Still, Sly had given his neighbor the benefit of the doubt. He’d driven to Carpenter’s and attempted to question him. The first time Carpenter had ordered him off his land. On the next try, he’d pulled out a rifle and aimed it at Sly’s chest.
Which sure made it seem as if the man had something to hide.
That was when Sly had quit trying to straighten things out himself and hired a lawyer.
Not with the intention of suing, but to get Carpenter to cough up information that could shed light on what’d happened.
That plan had also failed, and now he really was on the verge of suing.
“Sly?” Ace was waiting for him to say something.
“I need to get to the bottom of this poisoning.”
His foreman rubbed his chin with his thumb and forefinger. “You’re suing, then?”
Ollie and Bean looked down, as if the subject made them uncomfortable.
Join the crowd, Sly thought. “You all know how much those vet bills, tests and autopsies cost, and the cows we lost...” He shook his head. He wanted to be reimbursed for his losses.
The money he’d spent on those things had been earmarked for a badly needed new drainage system.
The existing one, installed some thirty years ago, functioned on a wing and a prayer.
The next big rain could result in heavy flooding and wreak havoc on valuable low-lying pastureland.
Sly and his men could do some of the grunt work, but they needed to bring in an expert.
He’d considered taking out a loan to cover the costs, but as it was, the monthly payment on his mortgage was a strain.
Any more debt and he’d be in over his head.
He wasn’t about to jeopardize everything he’d worked for by borrowing more.
“The way things stand,” he said, “I don’t see any other options.”
“He’s a tough nut to crack, all right.” Ace pulled off his baseball cap and scratched one of his sideburns. “The Bitter & Sweet always brings in a live band on Friday and Saturday nights. I hope you spent some of the evening dancing off your troubles with a pretty girl.”
Lana was no girl.
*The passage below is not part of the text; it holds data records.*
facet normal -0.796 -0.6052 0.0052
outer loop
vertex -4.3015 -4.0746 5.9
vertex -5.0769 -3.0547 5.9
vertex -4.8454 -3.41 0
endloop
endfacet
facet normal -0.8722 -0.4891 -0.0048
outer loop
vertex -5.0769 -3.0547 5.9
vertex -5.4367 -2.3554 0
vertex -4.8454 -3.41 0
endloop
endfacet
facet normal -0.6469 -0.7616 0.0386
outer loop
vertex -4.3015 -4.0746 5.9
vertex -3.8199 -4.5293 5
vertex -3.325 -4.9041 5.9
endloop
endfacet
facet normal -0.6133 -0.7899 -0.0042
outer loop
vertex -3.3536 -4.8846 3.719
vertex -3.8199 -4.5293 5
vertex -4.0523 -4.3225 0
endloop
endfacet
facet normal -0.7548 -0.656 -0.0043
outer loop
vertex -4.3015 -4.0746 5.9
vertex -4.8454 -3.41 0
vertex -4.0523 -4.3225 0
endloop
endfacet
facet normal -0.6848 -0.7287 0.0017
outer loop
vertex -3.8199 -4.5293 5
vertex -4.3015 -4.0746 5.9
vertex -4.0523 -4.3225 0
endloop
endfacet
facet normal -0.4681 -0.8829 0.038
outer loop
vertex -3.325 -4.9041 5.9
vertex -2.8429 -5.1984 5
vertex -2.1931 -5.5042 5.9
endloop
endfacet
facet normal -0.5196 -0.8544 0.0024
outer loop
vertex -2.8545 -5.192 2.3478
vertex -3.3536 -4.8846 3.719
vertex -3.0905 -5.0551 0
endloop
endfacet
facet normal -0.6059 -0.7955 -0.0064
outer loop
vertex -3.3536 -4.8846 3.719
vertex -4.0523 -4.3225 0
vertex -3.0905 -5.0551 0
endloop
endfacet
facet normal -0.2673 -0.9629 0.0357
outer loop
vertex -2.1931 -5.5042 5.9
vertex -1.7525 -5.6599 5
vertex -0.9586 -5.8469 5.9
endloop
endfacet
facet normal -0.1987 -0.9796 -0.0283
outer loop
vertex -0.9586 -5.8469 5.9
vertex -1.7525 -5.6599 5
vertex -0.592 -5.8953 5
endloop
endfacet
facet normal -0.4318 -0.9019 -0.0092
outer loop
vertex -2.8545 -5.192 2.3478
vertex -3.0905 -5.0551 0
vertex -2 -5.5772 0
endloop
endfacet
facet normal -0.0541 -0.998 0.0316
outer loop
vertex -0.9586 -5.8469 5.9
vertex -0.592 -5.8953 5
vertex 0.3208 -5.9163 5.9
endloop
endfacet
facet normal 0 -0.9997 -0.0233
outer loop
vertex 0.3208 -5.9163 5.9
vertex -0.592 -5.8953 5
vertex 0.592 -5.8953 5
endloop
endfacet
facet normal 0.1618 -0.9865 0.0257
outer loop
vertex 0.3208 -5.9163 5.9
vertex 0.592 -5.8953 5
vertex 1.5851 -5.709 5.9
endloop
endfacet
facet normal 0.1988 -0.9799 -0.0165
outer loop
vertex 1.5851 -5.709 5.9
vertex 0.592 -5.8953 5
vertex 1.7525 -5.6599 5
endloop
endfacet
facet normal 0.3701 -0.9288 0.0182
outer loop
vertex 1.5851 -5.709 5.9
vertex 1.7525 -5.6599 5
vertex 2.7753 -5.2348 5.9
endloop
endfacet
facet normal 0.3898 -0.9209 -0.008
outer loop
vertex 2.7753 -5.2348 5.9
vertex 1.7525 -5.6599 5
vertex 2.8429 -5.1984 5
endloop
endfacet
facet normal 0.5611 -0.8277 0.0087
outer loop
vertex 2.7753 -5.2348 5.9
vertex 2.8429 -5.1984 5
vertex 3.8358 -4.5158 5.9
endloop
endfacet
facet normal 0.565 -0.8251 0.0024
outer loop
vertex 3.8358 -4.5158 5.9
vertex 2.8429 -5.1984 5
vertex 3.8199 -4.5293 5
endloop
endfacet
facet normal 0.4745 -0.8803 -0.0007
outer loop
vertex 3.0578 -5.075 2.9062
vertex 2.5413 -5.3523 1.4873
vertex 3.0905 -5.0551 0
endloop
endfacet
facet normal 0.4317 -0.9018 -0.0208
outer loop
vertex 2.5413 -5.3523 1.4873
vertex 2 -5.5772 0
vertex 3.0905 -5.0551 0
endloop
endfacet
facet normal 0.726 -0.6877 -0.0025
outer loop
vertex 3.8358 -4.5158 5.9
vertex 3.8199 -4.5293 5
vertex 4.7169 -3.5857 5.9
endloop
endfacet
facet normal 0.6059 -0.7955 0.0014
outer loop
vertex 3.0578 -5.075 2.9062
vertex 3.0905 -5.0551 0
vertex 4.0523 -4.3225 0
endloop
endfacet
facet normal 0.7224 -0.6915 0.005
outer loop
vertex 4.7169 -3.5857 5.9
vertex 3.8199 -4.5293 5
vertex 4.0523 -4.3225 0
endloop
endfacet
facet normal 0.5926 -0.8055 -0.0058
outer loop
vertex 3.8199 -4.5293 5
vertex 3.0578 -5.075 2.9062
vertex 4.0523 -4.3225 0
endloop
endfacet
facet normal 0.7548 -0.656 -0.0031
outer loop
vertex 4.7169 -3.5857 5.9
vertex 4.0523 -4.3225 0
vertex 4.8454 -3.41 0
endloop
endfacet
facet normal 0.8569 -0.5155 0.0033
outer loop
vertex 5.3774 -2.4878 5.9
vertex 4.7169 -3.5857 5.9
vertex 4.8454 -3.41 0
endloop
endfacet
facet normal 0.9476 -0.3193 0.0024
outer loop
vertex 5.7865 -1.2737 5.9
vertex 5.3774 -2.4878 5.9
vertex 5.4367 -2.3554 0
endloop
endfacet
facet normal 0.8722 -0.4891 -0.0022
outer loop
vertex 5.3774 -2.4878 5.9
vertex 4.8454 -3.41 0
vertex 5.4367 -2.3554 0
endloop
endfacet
She was all woman. “I danced a time or two,” he admitted.
Ace, who’d been married umpteen years, nodded approvingly. “Now and then a man’s got to cut loose and have some fun.”
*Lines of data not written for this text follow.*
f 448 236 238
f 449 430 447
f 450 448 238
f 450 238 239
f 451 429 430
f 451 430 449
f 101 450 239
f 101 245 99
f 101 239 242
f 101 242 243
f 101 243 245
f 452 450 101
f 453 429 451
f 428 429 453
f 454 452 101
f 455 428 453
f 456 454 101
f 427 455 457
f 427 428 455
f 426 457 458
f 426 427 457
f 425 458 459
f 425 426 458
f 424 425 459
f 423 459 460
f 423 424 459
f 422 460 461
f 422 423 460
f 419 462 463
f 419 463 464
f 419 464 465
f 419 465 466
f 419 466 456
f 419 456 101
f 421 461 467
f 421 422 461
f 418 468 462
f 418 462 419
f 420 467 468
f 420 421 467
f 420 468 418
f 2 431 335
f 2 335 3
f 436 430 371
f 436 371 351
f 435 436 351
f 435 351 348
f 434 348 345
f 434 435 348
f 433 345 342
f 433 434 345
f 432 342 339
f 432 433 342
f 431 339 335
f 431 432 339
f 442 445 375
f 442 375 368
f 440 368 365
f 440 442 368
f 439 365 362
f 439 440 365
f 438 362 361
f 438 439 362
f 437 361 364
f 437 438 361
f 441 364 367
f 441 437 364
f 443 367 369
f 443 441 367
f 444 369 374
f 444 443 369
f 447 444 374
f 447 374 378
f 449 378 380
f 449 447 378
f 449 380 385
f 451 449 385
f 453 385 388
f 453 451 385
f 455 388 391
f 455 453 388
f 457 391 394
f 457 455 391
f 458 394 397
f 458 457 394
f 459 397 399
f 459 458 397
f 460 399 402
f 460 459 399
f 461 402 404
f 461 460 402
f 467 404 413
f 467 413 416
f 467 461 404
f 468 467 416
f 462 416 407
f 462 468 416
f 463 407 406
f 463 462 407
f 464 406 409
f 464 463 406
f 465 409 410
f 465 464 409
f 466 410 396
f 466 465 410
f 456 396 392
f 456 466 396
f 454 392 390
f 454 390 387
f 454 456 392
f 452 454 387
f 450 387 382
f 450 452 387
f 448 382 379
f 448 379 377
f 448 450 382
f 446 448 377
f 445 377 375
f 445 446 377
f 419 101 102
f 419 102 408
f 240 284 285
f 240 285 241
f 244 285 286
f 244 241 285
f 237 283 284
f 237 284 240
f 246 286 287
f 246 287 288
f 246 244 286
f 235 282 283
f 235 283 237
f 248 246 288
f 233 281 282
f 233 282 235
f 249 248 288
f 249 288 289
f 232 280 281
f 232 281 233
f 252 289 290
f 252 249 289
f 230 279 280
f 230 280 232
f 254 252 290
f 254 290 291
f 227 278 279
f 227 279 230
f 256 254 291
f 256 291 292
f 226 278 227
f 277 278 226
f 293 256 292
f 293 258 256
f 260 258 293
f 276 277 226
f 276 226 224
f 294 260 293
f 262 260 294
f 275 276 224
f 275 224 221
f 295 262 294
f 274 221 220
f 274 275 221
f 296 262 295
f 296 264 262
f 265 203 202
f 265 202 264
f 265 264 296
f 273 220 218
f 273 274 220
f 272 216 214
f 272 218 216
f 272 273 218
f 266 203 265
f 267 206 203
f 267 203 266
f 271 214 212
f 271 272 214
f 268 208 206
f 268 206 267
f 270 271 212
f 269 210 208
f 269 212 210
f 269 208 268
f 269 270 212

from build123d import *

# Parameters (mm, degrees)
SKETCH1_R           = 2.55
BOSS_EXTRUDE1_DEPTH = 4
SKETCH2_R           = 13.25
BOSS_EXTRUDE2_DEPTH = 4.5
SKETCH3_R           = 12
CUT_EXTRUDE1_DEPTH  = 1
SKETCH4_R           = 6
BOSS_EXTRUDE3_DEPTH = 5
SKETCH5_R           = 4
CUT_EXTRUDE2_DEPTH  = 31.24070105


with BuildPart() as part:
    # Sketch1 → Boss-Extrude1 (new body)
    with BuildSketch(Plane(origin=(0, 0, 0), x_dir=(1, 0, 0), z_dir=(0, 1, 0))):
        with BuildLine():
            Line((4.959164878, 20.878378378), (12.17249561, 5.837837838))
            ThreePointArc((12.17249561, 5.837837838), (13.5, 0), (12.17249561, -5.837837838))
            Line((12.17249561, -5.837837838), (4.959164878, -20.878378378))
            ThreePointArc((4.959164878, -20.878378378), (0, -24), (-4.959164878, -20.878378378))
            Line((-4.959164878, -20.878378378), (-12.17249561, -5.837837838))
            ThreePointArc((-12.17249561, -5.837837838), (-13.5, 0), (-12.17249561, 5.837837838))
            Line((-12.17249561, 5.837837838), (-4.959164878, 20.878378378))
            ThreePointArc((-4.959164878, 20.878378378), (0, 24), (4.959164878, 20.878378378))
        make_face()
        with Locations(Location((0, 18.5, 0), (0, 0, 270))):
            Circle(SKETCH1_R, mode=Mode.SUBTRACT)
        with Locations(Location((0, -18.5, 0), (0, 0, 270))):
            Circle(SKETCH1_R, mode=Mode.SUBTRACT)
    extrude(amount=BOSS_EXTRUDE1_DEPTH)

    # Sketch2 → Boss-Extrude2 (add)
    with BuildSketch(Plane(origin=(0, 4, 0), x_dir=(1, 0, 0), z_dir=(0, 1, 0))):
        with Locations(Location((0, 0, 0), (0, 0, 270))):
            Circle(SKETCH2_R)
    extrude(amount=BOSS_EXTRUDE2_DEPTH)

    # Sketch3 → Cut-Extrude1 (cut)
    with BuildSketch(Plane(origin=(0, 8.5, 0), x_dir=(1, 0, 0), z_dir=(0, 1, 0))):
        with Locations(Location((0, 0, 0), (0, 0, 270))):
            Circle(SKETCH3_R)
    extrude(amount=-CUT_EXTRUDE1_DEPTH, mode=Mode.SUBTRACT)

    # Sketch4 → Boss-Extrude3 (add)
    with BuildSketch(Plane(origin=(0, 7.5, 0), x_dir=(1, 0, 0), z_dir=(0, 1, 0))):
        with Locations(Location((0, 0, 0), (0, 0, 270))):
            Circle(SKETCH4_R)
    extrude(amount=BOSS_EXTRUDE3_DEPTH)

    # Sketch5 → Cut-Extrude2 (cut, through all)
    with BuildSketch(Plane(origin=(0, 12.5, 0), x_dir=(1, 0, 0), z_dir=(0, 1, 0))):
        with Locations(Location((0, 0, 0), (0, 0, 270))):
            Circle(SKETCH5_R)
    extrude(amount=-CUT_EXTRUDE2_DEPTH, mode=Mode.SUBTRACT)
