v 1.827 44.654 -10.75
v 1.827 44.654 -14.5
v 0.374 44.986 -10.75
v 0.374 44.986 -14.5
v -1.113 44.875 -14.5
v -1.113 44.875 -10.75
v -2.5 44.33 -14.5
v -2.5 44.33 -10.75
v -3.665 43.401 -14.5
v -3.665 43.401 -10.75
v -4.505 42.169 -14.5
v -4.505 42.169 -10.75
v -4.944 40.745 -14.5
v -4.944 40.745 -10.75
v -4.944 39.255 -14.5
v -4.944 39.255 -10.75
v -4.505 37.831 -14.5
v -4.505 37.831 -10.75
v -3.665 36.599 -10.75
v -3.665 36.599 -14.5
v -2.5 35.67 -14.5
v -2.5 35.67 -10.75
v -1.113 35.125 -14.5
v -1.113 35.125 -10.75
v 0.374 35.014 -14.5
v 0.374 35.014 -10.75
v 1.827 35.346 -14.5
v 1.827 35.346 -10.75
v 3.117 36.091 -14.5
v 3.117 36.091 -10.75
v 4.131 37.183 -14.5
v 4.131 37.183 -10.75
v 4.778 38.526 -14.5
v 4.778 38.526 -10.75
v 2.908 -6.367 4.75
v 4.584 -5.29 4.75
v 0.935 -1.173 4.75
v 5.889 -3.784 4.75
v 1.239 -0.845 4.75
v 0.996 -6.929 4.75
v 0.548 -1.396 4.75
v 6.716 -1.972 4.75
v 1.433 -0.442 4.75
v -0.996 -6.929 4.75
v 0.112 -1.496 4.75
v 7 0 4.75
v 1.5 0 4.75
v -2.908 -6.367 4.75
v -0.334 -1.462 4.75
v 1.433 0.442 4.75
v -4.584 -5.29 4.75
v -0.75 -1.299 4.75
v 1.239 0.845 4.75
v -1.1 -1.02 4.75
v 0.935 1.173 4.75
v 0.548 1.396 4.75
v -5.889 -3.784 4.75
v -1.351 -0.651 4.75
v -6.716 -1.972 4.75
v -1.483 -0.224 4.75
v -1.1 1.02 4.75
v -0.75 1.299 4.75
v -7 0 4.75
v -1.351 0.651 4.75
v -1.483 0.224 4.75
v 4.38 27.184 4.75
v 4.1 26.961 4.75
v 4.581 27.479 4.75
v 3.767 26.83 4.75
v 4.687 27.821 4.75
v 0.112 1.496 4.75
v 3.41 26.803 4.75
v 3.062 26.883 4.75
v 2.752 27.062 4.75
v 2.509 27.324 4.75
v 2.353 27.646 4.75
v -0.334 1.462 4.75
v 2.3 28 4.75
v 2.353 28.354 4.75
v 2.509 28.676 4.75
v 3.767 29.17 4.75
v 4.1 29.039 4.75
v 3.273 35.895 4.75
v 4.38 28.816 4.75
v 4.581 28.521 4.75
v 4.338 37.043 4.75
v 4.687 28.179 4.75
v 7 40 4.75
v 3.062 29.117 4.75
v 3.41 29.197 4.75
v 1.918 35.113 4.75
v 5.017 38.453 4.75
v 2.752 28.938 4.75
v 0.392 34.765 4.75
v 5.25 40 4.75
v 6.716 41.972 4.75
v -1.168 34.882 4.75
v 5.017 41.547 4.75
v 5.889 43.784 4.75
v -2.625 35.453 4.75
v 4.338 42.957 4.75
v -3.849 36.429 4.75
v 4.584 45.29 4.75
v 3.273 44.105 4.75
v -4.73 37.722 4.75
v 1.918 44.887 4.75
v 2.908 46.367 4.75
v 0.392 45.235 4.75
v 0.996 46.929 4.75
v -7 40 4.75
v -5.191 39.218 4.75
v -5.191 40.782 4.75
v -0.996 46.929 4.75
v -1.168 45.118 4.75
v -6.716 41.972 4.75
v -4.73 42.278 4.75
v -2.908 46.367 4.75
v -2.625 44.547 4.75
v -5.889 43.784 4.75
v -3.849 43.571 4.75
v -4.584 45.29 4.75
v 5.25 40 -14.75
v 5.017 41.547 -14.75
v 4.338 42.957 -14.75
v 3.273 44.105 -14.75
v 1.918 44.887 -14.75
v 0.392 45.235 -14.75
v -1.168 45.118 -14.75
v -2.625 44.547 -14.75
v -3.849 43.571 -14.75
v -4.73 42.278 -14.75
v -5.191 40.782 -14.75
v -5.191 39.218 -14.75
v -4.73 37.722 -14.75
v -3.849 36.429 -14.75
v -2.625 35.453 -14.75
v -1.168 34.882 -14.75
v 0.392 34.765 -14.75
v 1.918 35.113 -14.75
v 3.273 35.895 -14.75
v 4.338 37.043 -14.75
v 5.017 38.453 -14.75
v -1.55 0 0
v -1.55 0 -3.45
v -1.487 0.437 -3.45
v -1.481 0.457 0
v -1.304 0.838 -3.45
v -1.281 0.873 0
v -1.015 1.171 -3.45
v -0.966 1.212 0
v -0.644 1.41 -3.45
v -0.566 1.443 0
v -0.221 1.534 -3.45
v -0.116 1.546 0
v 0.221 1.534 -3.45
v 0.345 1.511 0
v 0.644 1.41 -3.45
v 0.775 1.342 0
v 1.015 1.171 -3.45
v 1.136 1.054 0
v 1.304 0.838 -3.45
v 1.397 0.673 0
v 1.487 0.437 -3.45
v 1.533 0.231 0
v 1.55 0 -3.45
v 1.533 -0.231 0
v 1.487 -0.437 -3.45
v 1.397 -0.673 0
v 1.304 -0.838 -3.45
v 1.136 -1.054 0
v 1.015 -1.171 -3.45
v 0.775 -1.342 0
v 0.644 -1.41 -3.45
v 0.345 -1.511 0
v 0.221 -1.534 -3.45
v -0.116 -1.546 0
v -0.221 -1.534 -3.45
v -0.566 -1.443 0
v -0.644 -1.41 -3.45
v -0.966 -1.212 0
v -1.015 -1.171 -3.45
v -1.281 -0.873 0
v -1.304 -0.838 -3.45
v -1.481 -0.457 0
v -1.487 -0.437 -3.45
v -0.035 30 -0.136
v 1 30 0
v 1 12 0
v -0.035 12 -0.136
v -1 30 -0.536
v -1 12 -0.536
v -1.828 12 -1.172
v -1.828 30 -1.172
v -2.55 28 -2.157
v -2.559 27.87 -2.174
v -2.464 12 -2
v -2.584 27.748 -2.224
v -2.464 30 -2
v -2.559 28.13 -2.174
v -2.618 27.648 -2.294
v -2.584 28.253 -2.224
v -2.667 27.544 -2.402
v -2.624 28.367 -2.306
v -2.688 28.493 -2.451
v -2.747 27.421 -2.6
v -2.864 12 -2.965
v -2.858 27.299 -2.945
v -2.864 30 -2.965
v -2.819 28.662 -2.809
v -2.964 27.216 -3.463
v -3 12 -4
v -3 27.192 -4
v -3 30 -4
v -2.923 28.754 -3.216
Ollie, who knew his way around branding and according to him, around women, too, grinned. “Me and my girlfriend, Tiff? We sure put the f-u-n in our Friday night.” He made a lewd gesture with his hands. “But we’re doin’ that almost every night.”
Fun didn’t come close to describing Sly’s night with Lana, but he wasn’t about to talk about that.
“Let’s get this job done so Ace can take the rest of the weekend off,” he said.
When time and weather allowed, he and his foreman alternated weekends off.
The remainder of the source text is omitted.